We can hate the people who killed people.
We can hate the people who provoked the people who killed people.
We can hate the injustice of it all.
We can hate the people who say “They had it coming” and we can hate the people who say, “It doesn’t sound like you have much faith in your religion if it can be toppled by a cartoon.”
We can hate the media for circling it for days like vultures circling a rotting carcass.
We can hate the media who don’t cover the things we want them to cover.
We can all hate everyone we need to hate for a while.
We can hate the moderates, the politically correct and the apologists who allowed this to happen.
We can hate the extremists and the diehards and the people who refuse to see anything differently.
We can hate the people who are trying to make it about something other than what it is.
We can hate the people who are for the guns that killed people.
We can hate the people who are against the guns those who died could’ve protected themselves with.
We can hate those who find hate as an answer before we’ve even asked the question.
“What are you in highschool you fucking jerkoff, go write another poem you faggot or put your fucking boots on and learn to hate.”
Because hate is comfortable, like an old chair you know and love.
You can put hate on like a pair of Levi’s you’ve had forever.
“What kind of pussy are you for not hating someone at a time like this.”
Hate like a river that flows to many fields.

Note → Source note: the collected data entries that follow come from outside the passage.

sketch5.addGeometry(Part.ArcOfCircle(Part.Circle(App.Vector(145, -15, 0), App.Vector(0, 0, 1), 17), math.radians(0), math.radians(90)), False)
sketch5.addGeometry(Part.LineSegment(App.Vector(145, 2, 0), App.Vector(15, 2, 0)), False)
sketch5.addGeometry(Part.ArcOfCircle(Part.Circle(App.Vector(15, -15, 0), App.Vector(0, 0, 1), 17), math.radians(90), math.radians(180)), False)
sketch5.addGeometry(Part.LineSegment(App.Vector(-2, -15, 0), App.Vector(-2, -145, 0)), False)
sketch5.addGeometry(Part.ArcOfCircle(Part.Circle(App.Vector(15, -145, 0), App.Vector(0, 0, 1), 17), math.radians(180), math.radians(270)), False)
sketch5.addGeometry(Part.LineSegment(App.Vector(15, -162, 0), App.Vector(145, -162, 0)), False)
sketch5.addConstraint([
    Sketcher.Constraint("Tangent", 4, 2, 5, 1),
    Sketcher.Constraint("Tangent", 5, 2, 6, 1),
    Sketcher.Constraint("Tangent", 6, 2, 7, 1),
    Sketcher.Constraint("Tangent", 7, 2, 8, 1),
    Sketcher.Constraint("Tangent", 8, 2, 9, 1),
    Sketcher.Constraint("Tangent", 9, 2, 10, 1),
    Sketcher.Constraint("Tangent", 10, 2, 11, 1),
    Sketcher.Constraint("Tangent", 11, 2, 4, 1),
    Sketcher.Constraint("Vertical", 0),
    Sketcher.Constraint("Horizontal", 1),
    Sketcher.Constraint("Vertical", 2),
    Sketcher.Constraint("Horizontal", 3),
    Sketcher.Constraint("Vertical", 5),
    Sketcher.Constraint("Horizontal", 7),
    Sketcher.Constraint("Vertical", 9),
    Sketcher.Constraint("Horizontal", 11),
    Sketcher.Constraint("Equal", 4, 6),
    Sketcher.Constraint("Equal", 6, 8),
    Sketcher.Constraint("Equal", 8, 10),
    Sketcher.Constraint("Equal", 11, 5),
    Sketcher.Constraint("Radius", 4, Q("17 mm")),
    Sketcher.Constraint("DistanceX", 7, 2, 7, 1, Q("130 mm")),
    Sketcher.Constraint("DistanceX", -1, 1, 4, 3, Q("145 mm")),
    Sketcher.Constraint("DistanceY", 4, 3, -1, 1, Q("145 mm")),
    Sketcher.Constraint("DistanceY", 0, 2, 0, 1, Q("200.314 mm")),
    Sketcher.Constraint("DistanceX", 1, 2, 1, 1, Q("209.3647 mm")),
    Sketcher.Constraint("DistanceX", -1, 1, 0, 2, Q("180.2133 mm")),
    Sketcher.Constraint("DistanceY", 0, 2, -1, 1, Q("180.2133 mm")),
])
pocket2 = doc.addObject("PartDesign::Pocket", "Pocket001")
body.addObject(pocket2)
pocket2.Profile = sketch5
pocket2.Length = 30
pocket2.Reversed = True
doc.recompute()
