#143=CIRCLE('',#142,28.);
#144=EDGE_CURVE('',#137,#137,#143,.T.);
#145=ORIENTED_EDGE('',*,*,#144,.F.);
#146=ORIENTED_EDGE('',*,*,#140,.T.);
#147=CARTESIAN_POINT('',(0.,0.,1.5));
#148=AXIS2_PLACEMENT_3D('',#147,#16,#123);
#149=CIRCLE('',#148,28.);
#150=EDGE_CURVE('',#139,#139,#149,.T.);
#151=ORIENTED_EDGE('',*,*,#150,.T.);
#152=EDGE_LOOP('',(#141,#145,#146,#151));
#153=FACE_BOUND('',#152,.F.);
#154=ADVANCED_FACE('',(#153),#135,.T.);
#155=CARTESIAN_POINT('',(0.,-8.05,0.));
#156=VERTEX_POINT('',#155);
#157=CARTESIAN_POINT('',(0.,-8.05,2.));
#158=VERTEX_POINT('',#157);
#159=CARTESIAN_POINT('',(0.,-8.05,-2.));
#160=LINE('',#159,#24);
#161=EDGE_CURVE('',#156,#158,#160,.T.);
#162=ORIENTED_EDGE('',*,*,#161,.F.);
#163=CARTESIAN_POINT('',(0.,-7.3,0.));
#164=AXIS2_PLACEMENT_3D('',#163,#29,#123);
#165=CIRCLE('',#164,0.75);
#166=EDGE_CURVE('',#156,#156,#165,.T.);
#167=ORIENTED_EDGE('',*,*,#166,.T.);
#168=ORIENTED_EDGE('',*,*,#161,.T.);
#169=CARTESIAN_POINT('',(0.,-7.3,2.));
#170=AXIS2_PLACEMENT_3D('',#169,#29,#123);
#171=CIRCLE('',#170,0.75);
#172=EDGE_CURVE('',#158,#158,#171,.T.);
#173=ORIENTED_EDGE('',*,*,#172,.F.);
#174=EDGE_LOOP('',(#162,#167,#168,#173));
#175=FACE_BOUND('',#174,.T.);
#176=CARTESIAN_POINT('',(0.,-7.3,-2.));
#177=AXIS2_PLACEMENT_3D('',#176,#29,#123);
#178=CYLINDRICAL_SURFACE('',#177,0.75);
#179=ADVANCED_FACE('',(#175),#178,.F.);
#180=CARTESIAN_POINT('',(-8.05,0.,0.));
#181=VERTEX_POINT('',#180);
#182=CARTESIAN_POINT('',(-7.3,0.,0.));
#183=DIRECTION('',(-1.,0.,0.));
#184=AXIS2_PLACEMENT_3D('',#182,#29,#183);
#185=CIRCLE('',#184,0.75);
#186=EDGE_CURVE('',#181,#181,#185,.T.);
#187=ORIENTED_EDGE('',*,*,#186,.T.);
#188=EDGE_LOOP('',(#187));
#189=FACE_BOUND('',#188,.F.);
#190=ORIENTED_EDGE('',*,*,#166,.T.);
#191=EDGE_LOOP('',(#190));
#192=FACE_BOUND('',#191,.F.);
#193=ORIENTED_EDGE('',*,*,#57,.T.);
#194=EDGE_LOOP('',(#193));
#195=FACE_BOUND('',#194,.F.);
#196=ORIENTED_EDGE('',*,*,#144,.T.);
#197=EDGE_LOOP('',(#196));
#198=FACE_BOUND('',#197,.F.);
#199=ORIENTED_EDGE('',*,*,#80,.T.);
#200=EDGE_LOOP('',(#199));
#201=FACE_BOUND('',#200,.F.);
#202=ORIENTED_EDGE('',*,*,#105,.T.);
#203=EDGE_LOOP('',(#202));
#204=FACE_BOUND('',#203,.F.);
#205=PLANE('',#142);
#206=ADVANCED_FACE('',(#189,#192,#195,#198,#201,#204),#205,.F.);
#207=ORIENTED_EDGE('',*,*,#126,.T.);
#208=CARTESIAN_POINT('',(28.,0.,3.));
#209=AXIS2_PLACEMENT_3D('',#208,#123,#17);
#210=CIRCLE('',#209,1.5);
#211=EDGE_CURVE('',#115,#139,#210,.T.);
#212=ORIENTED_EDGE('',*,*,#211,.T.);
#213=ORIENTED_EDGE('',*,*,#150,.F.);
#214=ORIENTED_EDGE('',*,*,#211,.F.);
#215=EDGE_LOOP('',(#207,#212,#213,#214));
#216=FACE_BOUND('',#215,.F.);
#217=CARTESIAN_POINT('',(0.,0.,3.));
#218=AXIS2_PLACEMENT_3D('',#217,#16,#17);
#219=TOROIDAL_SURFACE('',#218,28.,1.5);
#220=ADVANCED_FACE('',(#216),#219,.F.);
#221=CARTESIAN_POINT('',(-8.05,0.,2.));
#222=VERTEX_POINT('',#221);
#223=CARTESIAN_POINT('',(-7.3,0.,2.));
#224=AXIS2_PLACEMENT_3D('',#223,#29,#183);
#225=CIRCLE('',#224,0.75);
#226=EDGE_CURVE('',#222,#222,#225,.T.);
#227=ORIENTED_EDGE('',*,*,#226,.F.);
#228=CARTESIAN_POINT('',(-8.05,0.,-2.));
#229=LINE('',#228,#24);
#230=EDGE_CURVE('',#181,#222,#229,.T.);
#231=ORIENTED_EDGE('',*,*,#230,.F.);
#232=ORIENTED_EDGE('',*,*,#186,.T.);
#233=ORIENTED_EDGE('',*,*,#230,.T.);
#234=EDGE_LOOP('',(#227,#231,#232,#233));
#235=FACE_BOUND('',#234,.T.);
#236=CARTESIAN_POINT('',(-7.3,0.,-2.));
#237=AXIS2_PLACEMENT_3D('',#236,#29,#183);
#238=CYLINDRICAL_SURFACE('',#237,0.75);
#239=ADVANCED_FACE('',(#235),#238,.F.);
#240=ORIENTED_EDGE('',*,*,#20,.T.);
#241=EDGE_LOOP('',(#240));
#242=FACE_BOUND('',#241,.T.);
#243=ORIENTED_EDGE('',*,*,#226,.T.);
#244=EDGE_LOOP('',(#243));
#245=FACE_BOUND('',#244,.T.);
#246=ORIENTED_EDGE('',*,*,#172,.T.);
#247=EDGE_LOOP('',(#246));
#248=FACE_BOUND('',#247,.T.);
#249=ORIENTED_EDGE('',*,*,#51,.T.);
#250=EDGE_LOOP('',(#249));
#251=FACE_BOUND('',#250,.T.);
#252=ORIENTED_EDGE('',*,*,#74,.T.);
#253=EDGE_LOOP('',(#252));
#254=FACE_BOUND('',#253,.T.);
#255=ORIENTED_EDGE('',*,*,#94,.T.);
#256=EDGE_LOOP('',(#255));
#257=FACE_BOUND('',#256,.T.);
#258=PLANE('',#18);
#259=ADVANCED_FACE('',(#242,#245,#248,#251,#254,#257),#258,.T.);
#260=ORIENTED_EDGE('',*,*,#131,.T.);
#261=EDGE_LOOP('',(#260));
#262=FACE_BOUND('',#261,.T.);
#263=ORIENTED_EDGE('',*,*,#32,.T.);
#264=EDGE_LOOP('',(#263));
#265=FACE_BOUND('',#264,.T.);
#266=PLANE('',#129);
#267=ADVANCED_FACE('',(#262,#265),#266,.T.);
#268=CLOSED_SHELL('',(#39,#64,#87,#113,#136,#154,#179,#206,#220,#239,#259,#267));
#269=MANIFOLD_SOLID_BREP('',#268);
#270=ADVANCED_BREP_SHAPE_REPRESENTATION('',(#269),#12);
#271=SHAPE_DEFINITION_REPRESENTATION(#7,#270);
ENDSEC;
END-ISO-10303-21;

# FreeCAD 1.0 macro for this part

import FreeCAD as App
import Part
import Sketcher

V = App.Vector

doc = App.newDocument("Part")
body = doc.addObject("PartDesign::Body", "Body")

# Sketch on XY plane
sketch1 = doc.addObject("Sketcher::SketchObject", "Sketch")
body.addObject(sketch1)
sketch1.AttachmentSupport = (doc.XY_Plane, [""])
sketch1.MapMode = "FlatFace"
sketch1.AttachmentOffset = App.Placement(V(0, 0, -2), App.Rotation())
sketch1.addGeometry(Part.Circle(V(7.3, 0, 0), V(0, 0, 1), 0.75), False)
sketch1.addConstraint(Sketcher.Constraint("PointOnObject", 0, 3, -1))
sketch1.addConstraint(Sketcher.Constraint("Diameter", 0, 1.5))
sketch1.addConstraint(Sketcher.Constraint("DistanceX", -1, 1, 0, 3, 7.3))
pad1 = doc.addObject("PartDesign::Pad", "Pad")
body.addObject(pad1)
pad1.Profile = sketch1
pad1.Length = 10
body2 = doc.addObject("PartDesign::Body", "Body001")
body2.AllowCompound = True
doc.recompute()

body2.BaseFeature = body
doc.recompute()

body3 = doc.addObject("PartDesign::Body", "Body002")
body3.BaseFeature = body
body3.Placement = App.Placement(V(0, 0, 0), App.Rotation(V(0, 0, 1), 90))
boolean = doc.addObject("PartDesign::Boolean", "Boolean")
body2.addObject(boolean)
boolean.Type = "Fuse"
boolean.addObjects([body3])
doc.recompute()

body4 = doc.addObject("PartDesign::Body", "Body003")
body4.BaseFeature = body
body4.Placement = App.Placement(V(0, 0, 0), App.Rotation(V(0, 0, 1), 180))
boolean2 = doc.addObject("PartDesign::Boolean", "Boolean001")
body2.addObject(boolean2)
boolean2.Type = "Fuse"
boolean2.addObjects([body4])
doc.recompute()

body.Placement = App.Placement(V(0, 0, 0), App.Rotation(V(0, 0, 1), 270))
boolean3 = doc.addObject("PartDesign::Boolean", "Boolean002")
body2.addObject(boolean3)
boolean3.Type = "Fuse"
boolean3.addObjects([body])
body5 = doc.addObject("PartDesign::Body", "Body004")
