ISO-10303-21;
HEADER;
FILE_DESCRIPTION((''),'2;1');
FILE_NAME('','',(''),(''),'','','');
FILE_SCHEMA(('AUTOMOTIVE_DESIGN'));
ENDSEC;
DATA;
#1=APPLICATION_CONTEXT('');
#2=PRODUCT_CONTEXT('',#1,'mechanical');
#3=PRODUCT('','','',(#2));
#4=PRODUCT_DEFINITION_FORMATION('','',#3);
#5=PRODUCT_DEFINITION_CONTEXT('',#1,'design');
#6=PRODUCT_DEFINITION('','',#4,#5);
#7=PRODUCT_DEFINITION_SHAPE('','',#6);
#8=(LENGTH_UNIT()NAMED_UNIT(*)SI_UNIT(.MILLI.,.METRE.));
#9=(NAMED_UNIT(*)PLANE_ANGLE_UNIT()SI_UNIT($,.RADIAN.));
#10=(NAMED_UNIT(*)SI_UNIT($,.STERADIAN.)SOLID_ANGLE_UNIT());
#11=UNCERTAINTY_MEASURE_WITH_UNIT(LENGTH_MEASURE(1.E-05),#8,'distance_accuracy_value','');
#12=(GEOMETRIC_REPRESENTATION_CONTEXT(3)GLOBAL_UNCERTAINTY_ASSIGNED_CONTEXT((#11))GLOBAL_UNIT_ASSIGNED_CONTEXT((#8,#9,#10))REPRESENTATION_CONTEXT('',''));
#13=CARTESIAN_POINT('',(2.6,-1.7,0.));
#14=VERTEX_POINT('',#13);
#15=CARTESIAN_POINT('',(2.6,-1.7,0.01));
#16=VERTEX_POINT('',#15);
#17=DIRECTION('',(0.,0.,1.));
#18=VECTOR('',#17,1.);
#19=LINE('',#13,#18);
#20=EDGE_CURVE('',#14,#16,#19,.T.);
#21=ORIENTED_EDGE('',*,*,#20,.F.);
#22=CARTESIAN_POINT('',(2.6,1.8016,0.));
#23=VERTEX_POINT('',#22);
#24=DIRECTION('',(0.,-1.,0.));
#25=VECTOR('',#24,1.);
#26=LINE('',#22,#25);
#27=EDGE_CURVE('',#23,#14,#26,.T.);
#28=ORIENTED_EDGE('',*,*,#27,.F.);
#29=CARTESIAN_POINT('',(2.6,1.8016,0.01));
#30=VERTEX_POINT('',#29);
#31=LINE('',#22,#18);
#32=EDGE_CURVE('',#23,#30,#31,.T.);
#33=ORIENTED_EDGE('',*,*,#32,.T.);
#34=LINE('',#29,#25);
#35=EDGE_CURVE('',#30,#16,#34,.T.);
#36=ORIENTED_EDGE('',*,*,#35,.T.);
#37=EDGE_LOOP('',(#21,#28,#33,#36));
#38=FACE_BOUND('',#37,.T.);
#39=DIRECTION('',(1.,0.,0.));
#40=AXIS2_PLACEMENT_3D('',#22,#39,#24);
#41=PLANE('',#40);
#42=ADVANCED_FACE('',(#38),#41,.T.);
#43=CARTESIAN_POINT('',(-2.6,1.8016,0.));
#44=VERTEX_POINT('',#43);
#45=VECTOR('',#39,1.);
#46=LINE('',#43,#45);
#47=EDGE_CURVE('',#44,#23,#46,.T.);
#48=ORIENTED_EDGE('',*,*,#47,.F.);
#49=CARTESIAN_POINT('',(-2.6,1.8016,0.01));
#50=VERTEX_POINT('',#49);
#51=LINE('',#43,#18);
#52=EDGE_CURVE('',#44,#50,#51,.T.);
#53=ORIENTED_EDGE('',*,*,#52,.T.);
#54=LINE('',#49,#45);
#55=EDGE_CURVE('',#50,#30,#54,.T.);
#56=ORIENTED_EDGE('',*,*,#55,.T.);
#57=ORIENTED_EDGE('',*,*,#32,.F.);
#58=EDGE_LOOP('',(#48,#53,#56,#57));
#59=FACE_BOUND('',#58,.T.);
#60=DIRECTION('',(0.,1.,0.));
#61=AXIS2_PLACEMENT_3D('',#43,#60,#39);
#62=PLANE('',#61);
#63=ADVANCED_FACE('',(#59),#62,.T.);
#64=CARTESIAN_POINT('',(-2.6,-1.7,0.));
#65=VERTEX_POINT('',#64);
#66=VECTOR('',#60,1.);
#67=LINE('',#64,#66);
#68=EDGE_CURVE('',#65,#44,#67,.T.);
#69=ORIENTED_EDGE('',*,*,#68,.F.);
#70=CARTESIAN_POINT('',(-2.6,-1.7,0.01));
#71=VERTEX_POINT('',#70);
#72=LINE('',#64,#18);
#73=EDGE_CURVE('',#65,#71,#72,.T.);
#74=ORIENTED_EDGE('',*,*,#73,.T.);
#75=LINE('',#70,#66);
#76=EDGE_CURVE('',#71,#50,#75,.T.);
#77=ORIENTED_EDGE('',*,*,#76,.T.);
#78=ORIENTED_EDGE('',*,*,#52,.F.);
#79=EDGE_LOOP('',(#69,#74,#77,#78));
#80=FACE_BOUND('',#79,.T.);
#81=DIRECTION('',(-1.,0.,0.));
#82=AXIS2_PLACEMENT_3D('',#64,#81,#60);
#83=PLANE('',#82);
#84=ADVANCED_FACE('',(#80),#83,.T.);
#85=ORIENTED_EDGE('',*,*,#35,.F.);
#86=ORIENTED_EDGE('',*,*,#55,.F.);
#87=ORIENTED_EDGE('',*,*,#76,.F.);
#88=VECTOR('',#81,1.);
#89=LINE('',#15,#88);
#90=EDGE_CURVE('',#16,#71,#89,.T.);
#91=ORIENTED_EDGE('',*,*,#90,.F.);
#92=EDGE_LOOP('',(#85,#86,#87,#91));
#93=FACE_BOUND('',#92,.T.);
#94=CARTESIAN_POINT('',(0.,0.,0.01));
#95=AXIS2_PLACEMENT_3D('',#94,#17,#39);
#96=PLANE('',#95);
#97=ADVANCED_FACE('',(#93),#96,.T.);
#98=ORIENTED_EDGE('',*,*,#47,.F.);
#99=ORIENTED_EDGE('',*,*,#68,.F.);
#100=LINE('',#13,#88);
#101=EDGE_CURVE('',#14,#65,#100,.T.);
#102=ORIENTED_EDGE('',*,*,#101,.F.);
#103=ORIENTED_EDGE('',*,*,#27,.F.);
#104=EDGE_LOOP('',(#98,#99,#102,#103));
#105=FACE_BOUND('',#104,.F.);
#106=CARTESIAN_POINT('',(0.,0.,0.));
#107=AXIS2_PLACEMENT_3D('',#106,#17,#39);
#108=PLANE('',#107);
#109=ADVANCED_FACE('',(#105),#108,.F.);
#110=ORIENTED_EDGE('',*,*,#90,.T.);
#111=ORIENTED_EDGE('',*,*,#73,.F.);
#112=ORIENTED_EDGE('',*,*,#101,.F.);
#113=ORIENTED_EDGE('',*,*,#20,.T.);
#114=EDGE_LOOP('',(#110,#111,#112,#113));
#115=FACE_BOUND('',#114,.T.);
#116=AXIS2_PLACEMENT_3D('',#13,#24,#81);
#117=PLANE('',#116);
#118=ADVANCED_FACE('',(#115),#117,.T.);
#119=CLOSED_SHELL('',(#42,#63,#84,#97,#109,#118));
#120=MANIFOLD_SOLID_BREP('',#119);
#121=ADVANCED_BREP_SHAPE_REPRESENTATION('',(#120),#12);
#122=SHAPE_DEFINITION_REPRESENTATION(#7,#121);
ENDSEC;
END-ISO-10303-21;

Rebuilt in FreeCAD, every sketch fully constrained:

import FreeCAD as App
import Part
import Sketcher

V = App.Vector
Q = App.Units.Quantity


def add_polygon(sketch, points):
    """Adds a closed chain of lines whose ends are joined by coincident constraints."""
    first, n = sketch.GeometryCount, len(points)
    for a, b in zip(points, points[1:] + points[:1]):
        sketch.addGeometry(Part.LineSegment(App.Vector(*a, 0), App.Vector(*b, 0)), False)
    for i in range(n):
        sketch.addConstraint(Sketcher.Constraint("Coincident", first + i, 2, first + (i + 1) % n, 1))

doc = App.newDocument("Part")
body = doc.addObject("PartDesign::Body", "Body")

sketch1 = body.newObject("Sketcher::SketchObject", "Sketch")
sketch1.AttachmentSupport = (doc.getObject("XY_Plane"), [""])
sketch1.MapMode = "FlatFace"
add_polygon(sketch1, [(2.6, 1.8), (-2.6, 1.8), (-2.6, -1.7), (2.6, -1.7)])
sketch1.addConstraint([
    Sketcher.Constraint("Horizontal", 0),
    Sketcher.Constraint("Vertical", 1),
    Sketcher.Constraint("Horizontal", 2),
    Sketcher.Constraint("Vertical", 3),
    Sketcher.Constraint("DistanceX", 0, 2, 0, 1, Q("5.2 mm")),
    Sketcher.Constraint("DistanceX", 0, 2, -1, 1, Q("2.6 mm")),
    Sketcher.Constraint("DistanceY", 1, 2, -1, 1, Q("1.7 mm")),
    Sketcher.Constraint("DistanceY", 1, 2, 1, 1, Q("3.5016 mm")),
])
pad1 = body.newObject("PartDesign::Pad", "Pad")
pad1.Profile = sketch1
pad1.Length = 0.01

doc.recompute()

Hate like a flower that blooms in your heart.
“Let’s bomb the fucking desert into glass and make a mirror so big you could hold it up to God’s face and scream
Look at what you’ve done.
Look at what you’ve done.”
And if we hate enough and we’re lucky, he’ll send an angel to tell us who was right.
But it was you.
You were always right.
He’ll say each of us is a universe.
He will lean down and take your face in his hands and whisper it again and again.
“It was always you.
You were always right.”
My child, you will weep, for all the hate, you love.